Tension, shear , & bending fatigue, either way

@Phil
is this a problematic failure or did it only happen once?
what you have to look at what type of failure it was,
and do a proper analysis with SN curves for Tension, bending or shear.
this is a little out my expertise. but I thought I throw my two cents.

Look the s/N curves of the stress fatigue of 316 and compare it with
other materials. which may below the Yield & never beyond ,as not to not fail.
look at how many cycles is required and at what tensile is required.
look at all three shear, bending fatigue, & tension. that would be your only option.
@Ironic is correct, with out a metlap analysis its educated guess.
there is elastic & plastic deformation, if the material is yielded and is has plastic deformation
it's going to fail.

and as the experts here stated there other many factors such as stress corrosion cracking,
unknow with out analysis. or what?

one other issue, if this had not failed what will, is there an issue with the fundamental design?
next time it could be a more difficult or expensive component. the whole design needs looked at.

 

[Maui]

IM, I offerd my opinion based on the information that was provided.
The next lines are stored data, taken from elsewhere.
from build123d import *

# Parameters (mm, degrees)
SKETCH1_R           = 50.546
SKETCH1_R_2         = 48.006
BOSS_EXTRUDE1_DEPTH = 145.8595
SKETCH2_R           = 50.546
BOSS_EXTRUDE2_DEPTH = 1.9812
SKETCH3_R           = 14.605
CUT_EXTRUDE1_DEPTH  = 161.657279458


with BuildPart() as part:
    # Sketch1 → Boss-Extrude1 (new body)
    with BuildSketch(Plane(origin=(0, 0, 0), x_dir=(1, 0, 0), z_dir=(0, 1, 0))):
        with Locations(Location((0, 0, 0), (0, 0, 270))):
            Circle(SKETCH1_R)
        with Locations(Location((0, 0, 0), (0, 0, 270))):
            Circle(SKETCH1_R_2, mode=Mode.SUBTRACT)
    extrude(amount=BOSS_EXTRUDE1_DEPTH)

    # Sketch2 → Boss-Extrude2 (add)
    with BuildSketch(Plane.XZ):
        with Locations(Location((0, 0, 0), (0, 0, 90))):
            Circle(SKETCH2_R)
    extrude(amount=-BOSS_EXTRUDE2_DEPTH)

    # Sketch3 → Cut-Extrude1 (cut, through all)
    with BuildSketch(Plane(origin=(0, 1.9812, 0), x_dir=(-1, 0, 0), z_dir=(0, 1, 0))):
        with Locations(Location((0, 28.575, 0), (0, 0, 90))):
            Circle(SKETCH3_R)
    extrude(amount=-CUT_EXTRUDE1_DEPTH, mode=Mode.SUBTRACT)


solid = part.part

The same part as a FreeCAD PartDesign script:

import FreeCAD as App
import Part
import Sketcher

V = App.Vector
Q = App.Units.Quantity

doc = App.newDocument("Part")
body = doc.addObject("PartDesign::Body", "Body")

# Sketch on XZ plane
sketch1 = body.newObject("Sketcher::SketchObject", "Sketch")
sketch1.AttachmentSupport = (doc.getObject("XZ_Plane"), [""])
sketch1.MapMode = "FlatFace"
sketch1.addGeometry([
    Part.Circle(V(0, 0, 0), V(0, 0, 1), 50.546),
    Part.Circle(V(0, 0, 0), V(0, 0, 1), 48.006),
], False)
sketch1.addConstraint([
    Sketcher.Constraint("Coincident", 0, 3, -1, 1),
    Sketcher.Constraint("Coincident", 1, 3, -1, 1),
    Sketcher.Constraint("Diameter", 0, Q("3.98 in")),
    Sketcher.Constraint("Diameter", 1, Q("3.78 in")),
])
pad1 = body.newObject("PartDesign::Pad", "Pad")
pad1.Profile = sketch1
pad1.Length = Q("5.7425 in")
pad1.Reversed = True

# Sketch on XZ plane
sketch2 = body.newObject("Sketcher::SketchObject", "Sketch001")
sketch2.AttachmentSupport = (doc.getObject("XZ_Plane"), [""])
sketch2.MapMode = "FlatFace"
sketch2.addGeometry(Part.Circle(V(0, 0, 0), V(0, 0, 1), 50.546), False)
sketch2.addConstraint([
    Sketcher.Constraint("Coincident", 0, 3, -1, 1),
    Sketcher.Constraint("Diameter", 0, Q("3.98 in")),
])
pad2 = body.newObject("PartDesign::Pad", "Pad001")
pad2.Profile = sketch2
pad2.Length = Q("0.078 in")
pad2.Reversed = True

# Sketch on XZ plane
sketch3 = body.newObject("Sketcher::SketchObject", "Sketch002")
sketch3.AttachmentSupport = (doc.getObject("XZ_Plane"), [""])
sketch3.MapMode = "FlatFace"
sketch3.AttachmentOffset = App.Placement(V(0, 0, -0.078 * 25.4), App.Rotation())
sketch3.addGeometry(Part.Circle(V(0, 28.575, 0), V(0, 0, 1), 14.605), False)
sketch3.addConstraint([
    Sketcher.Constraint("PointOnObject", 0, 3, -2),
    Sketcher.Constraint("Diameter", 0, Q("1.15 in")),
    Sketcher.Constraint("DistanceY", -1, 1, 0, 3, Q("1.125 in")),
])
pocket1 = body.newObject("PartDesign::Pocket", "Pocket")
pocket1.Profile = sketch3
pocket1.Type = "ThroughAll"
pocket1.Reversed = True

doc.recompute()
Feel free to offer yours if you disagree.

 

Maui,
Thank you very much for your permission!
I am using that freedom to NOT offer my opinion, even though I have one. It would be professionally irresponsible to do so, and given that safety is involved, unethical.
Any practitioner knows very well that crowdsourcing is not a way to do failure analysis.

"Everyone is entitled to their own opinions, but they are not entitled to their own facts."

 

dear sir without support of a metlap to do a proper failure analysis what then would be the recommendation.
he already said he doesn't have that support.

Well then a proper failure analysis cannot be done. How do you expect soup will taste if you leave out most of the ingredients?

"Everyone is entitled to their own opinions, but they are not entitled to their own facts."